Janet Farrell Leontiou, Ph.D.

    I have spent several years thinking about patient-doctor communication–mostly within hospitals.  In my attempt to understand the patient-doctor relationship, I grew curious about the etymology of both the words “patient” and “doctor” as well the word “hospital.”  Of course, my use of the word “trinity” suggests divinity and the association may be as farflug as it seems. I have collected words over the years that have a religious association revealed through the words etymology.  For instance, the word contemplation in its Latin origins means to look for a holy place on which to build a temple. The word’s origin tells us that thinking is a holy act. 

    Many words are ambiguous because they have the element of choice built in.

To label a person consumer, patient, or user makes a difference because they offer different ways of seeing.  Not much is revealed to us when we use words or think of words as tools1 because then we think of them as a means to an end and strip words of generating meaning.   Speaking of words as tools is metaphor. A metaphor is not just a figure of speech but also a figure of thought that take our thinking to new places.

    The ancient Greek rhetoricians understood the power of words.   We have forgotten that words are forms of symbolic action. We are creating a symbolic world through our words and it is within this world that the speaker and the listener reside. We are seduced into keeping  the power of words hidden. The veil remains closed when we say things like “those are just words.” Communication, instead, comes from the ancient idea of “commonness.”2 Words create a common place between us; it is the shared space between.

     How medical students are presented with the trinity will shape how they see themselves, the other engaged in their care, and the place in which these two people meet.   

The Patient

    The word “patient” offers three choices: to be able to accept or tolerate delays, a person receiving medical treatment, or one who is acted upon.  The patient is someone who waits, receives, or is the object of other’s actions. The etymology of the word “patient,” instead, connects it with suffering, passion, and pathos.  The etymology takes us into the realm of the existential defining quality of what makes us human. The denotations, nor the personal connotations, will not invite us into this relationship. Using the word and thinking only of its denotation will keep the patient at arm’s length.  Giving freely to the sufferer, expecting nothing for oneself, will always result in the giver receiving more than imagined.  

1. Language is not a tool or an instrument.This point made clear by philosophers like Gadamer, Heidegger, Arendt and Merleau-Ponty.  See Ponty, Signs (Evanston, IL: Northwestern University Press, 1964), 62.

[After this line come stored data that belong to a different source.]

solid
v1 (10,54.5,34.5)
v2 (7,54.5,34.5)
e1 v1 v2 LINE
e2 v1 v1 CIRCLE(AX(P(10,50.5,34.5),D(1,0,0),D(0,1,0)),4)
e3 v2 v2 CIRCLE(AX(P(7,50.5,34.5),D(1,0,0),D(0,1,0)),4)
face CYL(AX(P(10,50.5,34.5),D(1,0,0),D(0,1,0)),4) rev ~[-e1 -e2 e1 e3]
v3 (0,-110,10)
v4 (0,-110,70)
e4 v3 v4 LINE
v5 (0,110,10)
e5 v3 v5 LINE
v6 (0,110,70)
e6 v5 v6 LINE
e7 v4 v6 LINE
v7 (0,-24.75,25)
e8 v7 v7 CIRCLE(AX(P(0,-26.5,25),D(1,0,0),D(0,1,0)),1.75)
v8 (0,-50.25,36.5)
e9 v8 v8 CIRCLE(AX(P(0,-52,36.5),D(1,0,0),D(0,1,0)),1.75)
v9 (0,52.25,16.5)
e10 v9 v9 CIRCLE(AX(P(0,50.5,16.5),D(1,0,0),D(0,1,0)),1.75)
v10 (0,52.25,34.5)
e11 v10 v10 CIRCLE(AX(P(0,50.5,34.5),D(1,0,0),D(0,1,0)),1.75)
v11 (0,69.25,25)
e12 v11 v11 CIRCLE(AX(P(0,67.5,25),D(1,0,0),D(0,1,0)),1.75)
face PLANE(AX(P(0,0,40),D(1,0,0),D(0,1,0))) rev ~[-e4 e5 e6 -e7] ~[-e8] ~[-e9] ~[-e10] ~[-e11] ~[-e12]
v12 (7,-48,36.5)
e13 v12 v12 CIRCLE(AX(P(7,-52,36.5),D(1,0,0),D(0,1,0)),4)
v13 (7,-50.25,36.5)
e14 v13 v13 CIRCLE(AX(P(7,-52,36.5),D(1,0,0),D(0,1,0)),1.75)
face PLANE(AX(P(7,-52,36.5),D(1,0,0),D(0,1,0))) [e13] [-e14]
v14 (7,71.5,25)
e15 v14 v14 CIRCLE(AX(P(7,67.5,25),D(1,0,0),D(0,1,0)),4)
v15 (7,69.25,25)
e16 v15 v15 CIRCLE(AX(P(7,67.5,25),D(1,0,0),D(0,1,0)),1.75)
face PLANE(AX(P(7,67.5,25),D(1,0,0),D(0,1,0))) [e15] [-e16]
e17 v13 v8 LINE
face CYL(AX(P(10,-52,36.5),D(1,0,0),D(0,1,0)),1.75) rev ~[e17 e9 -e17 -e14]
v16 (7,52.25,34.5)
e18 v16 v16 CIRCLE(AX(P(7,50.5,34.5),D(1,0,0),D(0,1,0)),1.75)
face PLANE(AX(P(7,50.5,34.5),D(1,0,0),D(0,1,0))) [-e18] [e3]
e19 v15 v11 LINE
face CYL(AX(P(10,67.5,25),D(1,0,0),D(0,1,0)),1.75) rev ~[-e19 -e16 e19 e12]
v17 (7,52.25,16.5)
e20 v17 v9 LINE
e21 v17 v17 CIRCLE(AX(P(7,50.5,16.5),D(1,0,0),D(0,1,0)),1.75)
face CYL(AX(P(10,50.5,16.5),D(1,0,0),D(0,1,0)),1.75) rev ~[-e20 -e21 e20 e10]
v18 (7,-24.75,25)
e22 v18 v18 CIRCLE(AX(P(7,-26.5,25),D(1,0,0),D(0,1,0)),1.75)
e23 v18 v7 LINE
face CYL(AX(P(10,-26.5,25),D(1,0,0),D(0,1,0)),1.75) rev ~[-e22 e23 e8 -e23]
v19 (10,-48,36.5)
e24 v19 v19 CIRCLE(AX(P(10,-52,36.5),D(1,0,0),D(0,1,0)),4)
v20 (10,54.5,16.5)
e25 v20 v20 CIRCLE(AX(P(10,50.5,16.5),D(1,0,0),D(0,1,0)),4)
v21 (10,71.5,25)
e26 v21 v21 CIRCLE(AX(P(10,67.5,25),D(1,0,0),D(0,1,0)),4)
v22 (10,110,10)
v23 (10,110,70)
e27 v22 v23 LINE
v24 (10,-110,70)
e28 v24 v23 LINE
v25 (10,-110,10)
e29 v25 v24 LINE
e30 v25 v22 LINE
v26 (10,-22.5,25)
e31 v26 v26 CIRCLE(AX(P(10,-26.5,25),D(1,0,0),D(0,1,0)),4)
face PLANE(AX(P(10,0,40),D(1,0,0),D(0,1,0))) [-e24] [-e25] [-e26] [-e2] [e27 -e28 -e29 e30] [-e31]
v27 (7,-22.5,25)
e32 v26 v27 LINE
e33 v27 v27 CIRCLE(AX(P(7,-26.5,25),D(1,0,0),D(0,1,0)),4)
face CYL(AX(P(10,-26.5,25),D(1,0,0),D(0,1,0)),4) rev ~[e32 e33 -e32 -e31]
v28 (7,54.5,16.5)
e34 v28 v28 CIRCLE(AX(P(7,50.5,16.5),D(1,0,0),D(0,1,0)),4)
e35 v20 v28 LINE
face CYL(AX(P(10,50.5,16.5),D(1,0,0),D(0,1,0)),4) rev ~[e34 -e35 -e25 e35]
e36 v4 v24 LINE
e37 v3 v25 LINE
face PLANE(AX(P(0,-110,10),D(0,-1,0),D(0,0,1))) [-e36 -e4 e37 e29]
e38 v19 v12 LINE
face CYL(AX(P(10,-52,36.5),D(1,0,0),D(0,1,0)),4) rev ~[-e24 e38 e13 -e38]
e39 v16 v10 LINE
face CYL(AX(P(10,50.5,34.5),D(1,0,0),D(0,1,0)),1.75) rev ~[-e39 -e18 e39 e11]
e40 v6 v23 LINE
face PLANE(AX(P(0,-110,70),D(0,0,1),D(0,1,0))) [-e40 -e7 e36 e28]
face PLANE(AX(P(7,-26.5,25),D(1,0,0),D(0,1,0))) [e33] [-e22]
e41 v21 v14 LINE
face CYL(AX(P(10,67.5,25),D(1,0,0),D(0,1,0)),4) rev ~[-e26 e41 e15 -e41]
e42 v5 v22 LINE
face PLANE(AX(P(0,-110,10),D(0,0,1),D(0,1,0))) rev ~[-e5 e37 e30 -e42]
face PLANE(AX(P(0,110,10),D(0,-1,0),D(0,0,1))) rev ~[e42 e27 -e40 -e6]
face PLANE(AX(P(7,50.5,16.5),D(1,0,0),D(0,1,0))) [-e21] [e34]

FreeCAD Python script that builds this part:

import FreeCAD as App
import Part
import Sketcher

V = App.Vector
Q = App.Units.Quantity


def add_polygon(sketch, points):
    """Adds a closed chain of lines whose ends are joined by coincident constraints."""
    first, n = sketch.GeometryCount, len(points)
    for a, b in zip(points, points[1:] + points[:1]):
        sketch.addGeometry(Part.LineSegment(App.Vector(*a, 0), App.Vector(*b, 0)), False)
    for i in range(n):
        sketch.addConstraint(Sketcher.Constraint("Coincident", first + i, 2, first + (i + 1) % n, 1))

doc = App.newDocument("Part")
body = doc.addObject("PartDesign::Body", "Body")

# Sketch on YZ plane
sketch1 = body.newObject("Sketcher::SketchObject", "Sketch")
sketch1.AttachmentSupport = (doc.getObject("YZ_Plane"), [""])
sketch1.MapMode = "FlatFace"
add_polygon(sketch1, [(-110, 70), (-110, 10), (110, 10), (110, 70)])  # lines 0-3
sketch1.addConstraint([
    Sketcher.Constraint("Vertical", 0),
    Sketcher.Constraint("Horizontal", 1),
    Sketcher.Constraint("Vertical", 2),
    Sketcher.Constraint("Horizontal", 3),
    Sketcher.Constraint("DistanceX", 1, 1, 1, 2, Q("220 mm")),
    Sketcher.Constraint("DistanceY", 0, 2, 0, 1, Q("60 mm")),
    Sketcher.Constraint("DistanceX", 0, 2, -1, 1, Q("110 mm")),
    Sketcher.Constraint("DistanceY", -1, 1, 0, 2, Q("10 mm")),
])
pad1 = body.newObject("PartDesign::Pad", "Pad")
pad1.Profile = sketch1
pad1.Length = 10

# Sketch on YZ plane
sketch2 = body.newObject("Sketcher::SketchObject", "Sketch001")
sketch2.AttachmentSupport = (doc.getObject("YZ_Plane"), [""])
sketch2.MapMode = "FlatFace"
sketch2.AttachmentOffset = App.Placement(V(0, 0, 10), App.Rotation())
sketch2.addGeometry([
    Part.Circle(V(-52, 36.5, 0), V(0, 0, 1), 1.75),  # 0
    Part.Circle(V(-26.5, 25, 0), V(0, 0, 1), 1.75),  # 1
    Part.Circle(V(50.5, 34.5, 0), V(0, 0, 1), 1.75),  # 2
    Part.Circle(V(50.5, 16.5, 0), V(0, 0, 1), 1.75),  # 3
    Part.Circle(V(67.5, 25, 0), V(0, 0, 1), 1.75),  # 4
], False)
sketch2.addConstraint([
    Sketcher.Constraint("Equal", 0, 1),
    Sketcher.Constraint("Equal", 1, 2),
    Sketcher.Constraint("Equal", 2, 3),
    Sketcher.Constraint("Equal", 3, 4),
    Sketcher.Constraint("Horizontal", 1, 3, 4, 3),
    Sketcher.Constraint("Vertical", 2, 3, 3, 3),
    Sketcher.Constraint("Diameter", 0, Q("3.5 mm")),
    Sketcher.Constraint("DistanceX", 0, 3, -1, 1, Q("52 mm")),
    Sketcher.Constraint("DistanceY", -1, 1, 1, 3, Q("25 mm")),
    Sketcher.Constraint("DistanceX", 1, 3, 2, 3, Q("77 mm")),
    Sketcher.Constraint("DistanceY", 2, 3, 0, 3, Q("2 mm")),
    Sketcher.Constraint("DistanceY", 3, 3, 2, 3, Q("18 mm")),
    Sketcher.Constraint("DistanceX", 3, 3, 4, 3, Q("17 mm")),
    Sketcher.Constraint("DistanceY", -1, 1, 0, 3, Q("36.5 mm")),
    Sketcher.Constraint("DistanceX", 1, 3, -1, 1, Q("26.5 mm")),
])
pocket1 = body.newObject("PartDesign::Pocket", "Pocket")
pocket1.Profile = sketch2
pocket1.Type = "ThroughAll"
pocket1.Midplane = True

# Sketch on YZ plane
sketch3 = body.newObject("Sketcher::SketchObject", "Sketch002")
sketch3.AttachmentSupport = (doc.getObject("YZ_Plane"), [""])
sketch3.MapMode = "FlatFace"
sketch3.AttachmentOffset = App.Placement(V(0, 0, 10), App.Rotation())
sketch3.addGeometry([
    Part.Circle(V(-52, 36.5, 0), V(0, 0, 1), 4),  # 0
    Part.Circle(V(-26.5, 25, 0), V(0, 0, 1), 4),  # 1
    Part.Circle(V(50.5, 34.5, 0), V(0, 0, 1), 4),  # 2
    Part.Circle(V(50.5, 16.5, 0), V(0, 0, 1), 4),  # 3
    Part.Circle(V(67.5, 25, 0), V(0, 0, 1), 4),  # 4
], False)
sketch3.addConstraint([
    Sketcher.Constraint("Equal", 0, 1),
    Sketcher.Constraint("Equal", 1, 2),
    Sketcher.Constraint("Equal", 2, 3),
    Sketcher.Constraint("Equal", 3, 4),
    Sketcher.Constraint("Horizontal", 1, 3, 4, 3),
    Sketcher.Constraint("Vertical", 2, 3, 3, 3),
    Sketcher.Constraint("Diameter", 0, Q("8 mm")),
    Sketcher.Constraint("DistanceX", 0, 3, -1, 1, Q("52 mm")),
    Sketcher.Constraint("DistanceY", -1, 1, 1, 3, Q("25 mm")),
    Sketcher.Constraint("DistanceX", 1, 3, 2, 3, Q("77 mm")),
    Sketcher.Constraint("DistanceY", 2, 3, 0, 3, Q("2 mm")),
    Sketcher.Constraint("DistanceY", 3, 3, 2, 3, Q("18 mm")),
    Sketcher.Constraint("DistanceX", 3, 3, 4, 3, Q("17 mm")),
    Sketcher.Constraint("DistanceY", -1, 1, 0, 3, Q("36.5 mm")),
    Sketcher.Constraint("DistanceX", 1, 3, -1, 1, Q("26.5 mm")),
])
pocket2 = body.newObject("PartDesign::Pocket", "Pocket001")
pocket2.Profile = sketch3
pocket2.Length = 3

doc.recompute()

2. The Greek word for this idea is koinon meaning common to all.

The Doctor

    The word “doctor” offers four choices: a qualified practitioner of medicine, someone who holds a doctorate, to falsify a document, or treat someone medically.  Denotation shows that a doctor is one who practices medicine, has a higher education, or refers to something deceitful. The etymology reveals that the word is Latin and it means to teach. The purpose of academicians and physicians is the same–to teach. The education one receives is meant to be shared with those who address us as “doctor.”  I can think of no better preparation for a conversation on informed consent than the doctor embracing the role as teacher.  

The Hospital

    The word “hospital” means either a charitable institution or an institution where the sick are given medical care.  The word offers two ways of seeing healthcare: the Greek model of the practitioner as craftsmen or a way to make a good living as opposed to the religious model of caring for the sick as a duty of charity.  The denotation provides two paths: medicine as business or medicine as altruism.3 The word “hospital” comes from the Latin word “host”: meaning either receiver of guests, receiver of enemies, or the eucharist.  These three meanings tells us that the person suffering before you may be seen in a hospitable, hostile, or godly manner. We have a choice and the choice has consequences.  

Conclusion

     In the end, the world we create is the product of the choices we make.  As a physician, I can see my patients as the workload to be managed by a doctor who is superior.  Alternatively, the patient may be seen as manifesting the suffering that is central to human existence.  As a physician, I am able to show the patient how to walk the path of suffering. Despite all the constraints of healthcare, it really does come down to how we see the trinity of these three, related words.   All of these meanings are fully present within the words. We need to choose the one that we wish to create.